I would personally go for renovation because If you decide to go for renovation for the following reasons:
1. The price of newly build properties are crazy and you have to add the 21% TVA for the construction on top of notary tax and loan fees.
2. If the property is in a good state it will be still expensive but you can never be sure how well it was maintained, if there aren't hidden problems as humidity etc. and the finishing might not be to your taste.
3. The loan can cover the renovation works as well. Speak with your bank what are the options. You need to provide an estimate from an architect and if it is approved then send then the invoices.

Dec 9, 2019 13:17
Oppressed in Oppem

Think very carefully before embarking on a major renovation job. Do you want to spend the next few years with your young child or sorting out problems with Belgian builders? In order to make it even worth your while, the dilapidated property you are thinking must be very competitively priced, i.e. cheap, to take account of the fact that you will need to spend upwards of 100k putting it right. Things like boilers, insulation and roofs cost a lot of money. There will always be issues you didn't budget for. You will also need to ask some questions - where will the family be during the works? What are the transport connections like? Do I need to get a surveyor to check out the site and its history?

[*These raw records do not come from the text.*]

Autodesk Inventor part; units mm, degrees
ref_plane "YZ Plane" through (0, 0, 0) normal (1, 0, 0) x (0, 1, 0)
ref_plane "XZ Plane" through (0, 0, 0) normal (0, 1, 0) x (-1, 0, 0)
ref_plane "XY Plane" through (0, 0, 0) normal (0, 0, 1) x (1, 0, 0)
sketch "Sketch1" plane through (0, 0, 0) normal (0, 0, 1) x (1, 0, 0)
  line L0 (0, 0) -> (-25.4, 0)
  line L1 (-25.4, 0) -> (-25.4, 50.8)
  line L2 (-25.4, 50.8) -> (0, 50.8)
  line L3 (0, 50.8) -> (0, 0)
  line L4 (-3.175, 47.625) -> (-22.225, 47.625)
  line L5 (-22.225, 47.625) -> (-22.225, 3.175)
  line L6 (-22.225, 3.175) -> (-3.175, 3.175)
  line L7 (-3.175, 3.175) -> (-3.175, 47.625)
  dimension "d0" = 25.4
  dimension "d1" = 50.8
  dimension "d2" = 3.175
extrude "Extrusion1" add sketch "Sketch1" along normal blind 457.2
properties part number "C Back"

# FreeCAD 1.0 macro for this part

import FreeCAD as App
import Part
import Sketcher
from FreeCAD import Vector
Q = App.Units.Quantity

doc = App.newDocument("Part")
body = doc.addObject("PartDesign::Body", "Body")

sketch1 = doc.addObject("Sketcher::SketchObject", "Sketch")
body.addObject(sketch1)
sketch1.AttachmentSupport = (doc.XY_Plane, [""])
sketch1.MapMode = "FlatFace"
sketch1.addGeometry(Part.LineSegment(Vector(-25.4, 0, 0), Vector(0, 0, 0)), False)
sketch1.addGeometry(Part.LineSegment(Vector(0, 0, 0), Vector(0, 50.8, 0)), False)
sketch1.addGeometry(Part.LineSegment(Vector(0, 50.8, 0), Vector(-25.4, 50.8, 0)), False)
sketch1.addGeometry(Part.LineSegment(Vector(-25.4, 50.8, 0), Vector(-25.4, 0, 0)), False)
sketch1.addGeometry(Part.LineSegment(Vector(-22.225, 47.625, 0), Vector(-3.175, 47.625, 0)), False)
sketch1.addGeometry(Part.LineSegment(Vector(-3.175, 47.625, 0), Vector(-3.175, 3.175, 0)), False)
sketch1.addGeometry(Part.LineSegment(Vector(-3.175, 3.175, 0), Vector(-22.225, 3.175, 0)), False)
sketch1.addGeometry(Part.LineSegment(Vector(-22.225, 3.175, 0), Vector(-22.225, 47.625, 0)), False)
sketch1.addConstraint(Sketcher.Constraint("Coincident", 0, 2, 1, 1))
sketch1.addConstraint(Sketcher.Constraint("Coincident", 1, 2, 2, 1))
sketch1.addConstraint(Sketcher.Constraint("Coincident", 2, 2, 3, 1))
sketch1.addConstraint(Sketcher.Constraint("Coincident", 3, 2, 0, 1))
sketch1.addConstraint(Sketcher.Constraint("Coincident", 4, 2, 5, 1))
sketch1.addConstraint(Sketcher.Constraint("Coincident", 5, 2, 6, 1))
sketch1.addConstraint(Sketcher.Constraint("Coincident", 6, 2, 7, 1))
sketch1.addConstraint(Sketcher.Constraint("Coincident", 7, 2, 4, 1))
sketch1.addConstraint(Sketcher.Constraint("Horizontal", 0))
sketch1.addConstraint(Sketcher.Constraint("Vertical", 1))
sketch1.addConstraint(Sketcher.Constraint("Horizontal", 2))
sketch1.addConstraint(Sketcher.Constraint("Vertical", 3))
sketch1.addConstraint(Sketcher.Constraint("Horizontal", 4))
sketch1.addConstraint(Sketcher.Constraint("Vertical", 5))
sketch1.addConstraint(Sketcher.Constraint("Horizontal", 6))
sketch1.addConstraint(Sketcher.Constraint("Vertical", 7))
sketch1.addConstraint(Sketcher.Constraint("Coincident", 0, 2, -1, 1))
sketch1.addConstraint(Sketcher.Constraint("DistanceX", 0, 1, 0, 2, Q("1 in")))
sketch1.addConstraint(Sketcher.Constraint("DistanceY", 1, 1, 1, 2, Q("2 in")))
sketch1.addConstraint(Sketcher.Constraint("DistanceX", 4, 2, -1, 1, Q("0.125 in")))
sketch1.addConstraint(Sketcher.Constraint("DistanceY", -1, 1, 5, 2, Q("0.125 in")))
sketch1.addConstraint(Sketcher.Constraint("DistanceY", 4, 2, 1, 2, Q("0.125 in")))
sketch1.addConstraint(Sketcher.Constraint("DistanceX", 3, 2, 6, 2, Q("0.125 in")))
pad1 = doc.addObject("PartDesign::Pad", "Pad")
body.addObject(pad1)
pad1.Profile = sketch1
pad1.Length = Q("18 in")

doc.recompute()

Personally, I would go for the new build. My family and I have made a mistake buying a house in the sticks "with a big yard" which we now discover needs major work to bring it into the 21st century. What we need to spend is more than what it would cost to build a new house, and it's unlikely the investment would be reflected in the sale value of the property. Far better to have got a new build and concentrate on the important things in life, i.e. the family.

Dec 9, 2019 13:57

We bought a (not so) old house in the best area of Overijse. We thougth that location is priority and we will manage with the renovations. After a number of years of working with architects and renovation companies, I can say the following:
- Total renovation currently costs around 800-1000 EUR per sq.m., if you want to do it in one go, before you move in.
- You never know how much your project will cost in the end. Belgian contractors are masters in adding more and more to the price and always legally backed by the initial offer.
- Finding a good and available contractor is very difficult, especially for foreigners.
- As in all other service sectors, appointment dates and deadlines do not mean much.
- In a total renovation you have to change the plumbing, repair electricity, roof, staircase, radiators, furnace,etc. DIY is not possible for the bigger part of the works.

I can give two recommendations:
- Take the decision suburbs vs centre based on your life style. It makes a big difference to live in a house with a large garden, but quite remotely from social life, or live in a smaller place downtown, where it's noisy and dirty but you can easily go anywhere and enjoy activities. Once decided, you will know what compromises to make. There's no doubt that newer constructiion is better than older but not at all cost.
- If you buy an old property, take a professional builder to examine it in advance and advise you about its faults. Make sure you know what you are up to with the renovations.